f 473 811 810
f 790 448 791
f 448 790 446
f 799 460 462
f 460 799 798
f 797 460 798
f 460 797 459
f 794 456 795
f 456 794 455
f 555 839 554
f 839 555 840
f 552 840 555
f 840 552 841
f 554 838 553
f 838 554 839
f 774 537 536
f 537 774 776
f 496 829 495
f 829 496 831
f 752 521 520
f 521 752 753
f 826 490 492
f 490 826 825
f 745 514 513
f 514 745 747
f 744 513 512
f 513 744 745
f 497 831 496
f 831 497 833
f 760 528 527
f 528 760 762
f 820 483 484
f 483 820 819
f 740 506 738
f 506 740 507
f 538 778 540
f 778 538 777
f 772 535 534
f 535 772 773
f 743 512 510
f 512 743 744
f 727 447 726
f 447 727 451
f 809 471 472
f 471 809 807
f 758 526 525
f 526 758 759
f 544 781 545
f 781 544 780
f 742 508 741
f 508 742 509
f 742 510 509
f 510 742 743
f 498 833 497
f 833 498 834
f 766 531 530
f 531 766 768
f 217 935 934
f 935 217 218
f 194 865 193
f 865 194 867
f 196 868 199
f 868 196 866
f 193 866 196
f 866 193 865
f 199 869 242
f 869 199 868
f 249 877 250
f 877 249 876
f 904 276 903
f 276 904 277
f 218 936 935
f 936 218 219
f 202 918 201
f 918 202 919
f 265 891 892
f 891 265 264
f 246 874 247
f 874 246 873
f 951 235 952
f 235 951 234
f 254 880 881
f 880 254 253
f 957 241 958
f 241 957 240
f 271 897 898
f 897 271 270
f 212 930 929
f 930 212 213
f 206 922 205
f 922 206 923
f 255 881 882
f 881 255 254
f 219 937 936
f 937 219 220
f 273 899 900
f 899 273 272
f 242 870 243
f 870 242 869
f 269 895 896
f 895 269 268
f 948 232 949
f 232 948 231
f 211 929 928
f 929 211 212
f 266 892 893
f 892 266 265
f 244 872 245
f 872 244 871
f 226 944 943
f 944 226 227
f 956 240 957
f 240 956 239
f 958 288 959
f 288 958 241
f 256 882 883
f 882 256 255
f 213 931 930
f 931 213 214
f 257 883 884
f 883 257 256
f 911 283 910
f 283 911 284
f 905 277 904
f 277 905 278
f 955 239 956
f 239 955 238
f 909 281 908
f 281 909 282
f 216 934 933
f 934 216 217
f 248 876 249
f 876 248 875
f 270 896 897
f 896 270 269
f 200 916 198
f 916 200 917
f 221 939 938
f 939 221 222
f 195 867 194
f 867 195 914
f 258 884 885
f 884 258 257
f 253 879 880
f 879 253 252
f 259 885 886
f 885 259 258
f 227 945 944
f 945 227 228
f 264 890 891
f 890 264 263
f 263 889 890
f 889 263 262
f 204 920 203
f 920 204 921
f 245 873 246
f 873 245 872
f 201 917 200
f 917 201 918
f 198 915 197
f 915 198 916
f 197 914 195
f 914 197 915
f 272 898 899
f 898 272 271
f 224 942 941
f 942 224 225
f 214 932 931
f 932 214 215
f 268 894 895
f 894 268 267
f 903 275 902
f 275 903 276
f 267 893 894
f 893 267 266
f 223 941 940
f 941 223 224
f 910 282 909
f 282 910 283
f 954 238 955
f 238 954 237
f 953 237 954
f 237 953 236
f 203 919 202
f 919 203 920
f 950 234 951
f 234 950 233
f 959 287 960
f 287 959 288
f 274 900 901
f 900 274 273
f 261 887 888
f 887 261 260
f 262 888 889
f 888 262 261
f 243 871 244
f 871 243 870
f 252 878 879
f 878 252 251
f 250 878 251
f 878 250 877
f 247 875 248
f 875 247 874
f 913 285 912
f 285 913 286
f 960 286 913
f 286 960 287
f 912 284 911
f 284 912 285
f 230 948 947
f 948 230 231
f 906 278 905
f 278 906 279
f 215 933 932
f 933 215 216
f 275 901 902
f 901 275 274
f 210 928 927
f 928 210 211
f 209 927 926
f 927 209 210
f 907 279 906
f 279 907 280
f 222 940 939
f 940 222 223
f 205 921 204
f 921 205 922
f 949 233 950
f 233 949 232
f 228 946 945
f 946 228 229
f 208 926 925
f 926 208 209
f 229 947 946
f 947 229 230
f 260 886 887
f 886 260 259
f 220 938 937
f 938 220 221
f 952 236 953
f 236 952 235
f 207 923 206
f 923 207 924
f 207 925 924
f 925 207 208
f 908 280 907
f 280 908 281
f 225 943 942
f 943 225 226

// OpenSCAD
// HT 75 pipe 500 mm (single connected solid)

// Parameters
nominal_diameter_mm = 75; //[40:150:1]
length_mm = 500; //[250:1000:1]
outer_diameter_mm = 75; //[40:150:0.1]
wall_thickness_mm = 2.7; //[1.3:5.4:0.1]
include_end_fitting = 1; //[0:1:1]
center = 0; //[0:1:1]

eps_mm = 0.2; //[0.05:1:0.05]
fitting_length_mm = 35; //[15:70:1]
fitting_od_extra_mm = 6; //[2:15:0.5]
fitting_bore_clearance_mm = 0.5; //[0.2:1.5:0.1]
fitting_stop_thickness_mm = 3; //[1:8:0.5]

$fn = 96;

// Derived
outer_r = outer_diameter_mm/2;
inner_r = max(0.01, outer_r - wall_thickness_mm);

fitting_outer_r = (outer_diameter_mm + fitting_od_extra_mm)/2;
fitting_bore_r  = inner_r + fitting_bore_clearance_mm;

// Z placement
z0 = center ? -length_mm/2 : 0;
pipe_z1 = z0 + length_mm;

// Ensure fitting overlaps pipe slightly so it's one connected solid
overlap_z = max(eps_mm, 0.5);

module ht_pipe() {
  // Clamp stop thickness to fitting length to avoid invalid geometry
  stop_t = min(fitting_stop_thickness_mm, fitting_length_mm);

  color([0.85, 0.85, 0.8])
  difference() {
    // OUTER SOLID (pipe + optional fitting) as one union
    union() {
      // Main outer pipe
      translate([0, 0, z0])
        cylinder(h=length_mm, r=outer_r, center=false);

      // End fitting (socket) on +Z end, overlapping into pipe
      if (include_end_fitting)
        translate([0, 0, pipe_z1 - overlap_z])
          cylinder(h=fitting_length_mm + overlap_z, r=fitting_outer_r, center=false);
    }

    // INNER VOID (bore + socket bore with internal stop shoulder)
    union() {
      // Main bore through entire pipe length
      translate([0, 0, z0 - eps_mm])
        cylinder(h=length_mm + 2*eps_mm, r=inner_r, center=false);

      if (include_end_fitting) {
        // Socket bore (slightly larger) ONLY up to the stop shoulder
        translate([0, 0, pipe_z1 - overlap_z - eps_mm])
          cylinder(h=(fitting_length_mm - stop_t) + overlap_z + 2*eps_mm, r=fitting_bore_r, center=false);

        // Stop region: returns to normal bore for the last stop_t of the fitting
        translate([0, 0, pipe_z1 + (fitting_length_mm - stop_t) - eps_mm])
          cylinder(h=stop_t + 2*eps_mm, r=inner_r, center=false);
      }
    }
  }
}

★ ★ ★ ★ ★ ★ ★

> WHAT YOU HAVE TO DO: The expected response is the material above given again line by line, from its first line to the line holding "f 868 196 866", inclusive.

> RESPONSE AREA:
f 473 811 810
f 790 448 791
f 448 790 446
f 799 460 462
f 460 799 798
f 797 460 798
f 460 797 459
f 794 456 795
f 456 794 455
f 555 839 554
f 839 555 840
f 552 840 555
f 840 552 841
f 554 838 553
f 838 554 839
f 774 537 536
f 537 774 776
f 496 829 495
f 829 496 831
f 752 521 520
f 521 752 753
f 826 490 492
f 490 826 825
f 745 514 513
f 514 745 747
f 744 513 512
f 513 744 745
f 497 831 496
f 831 497 833
f 760 528 527
f 528 760 762
f 820 483 484
f 483 820 819
f 740 506 738
f 506 740 507
f 538 778 540
f 778 538 777
f 772 535 534
f 535 772 773
f 743 512 510
f 512 743 744
f 727 447 726
f 447 727 451
f 809 471 472
f 471 809 807
f 758 526 525
f 526 758 759
f 544 781 545
f 781 544 780
f 742 508 741
f 508 742 509
f 742 510 509
f 510 742 743
f 498 833 497
f 833 498 834
f 766 531 530
f 531 766 768
f 217 935 934
f 935 217 218
f 194 865 193
f 865 194 867
f 196 868 199
f 868 196 866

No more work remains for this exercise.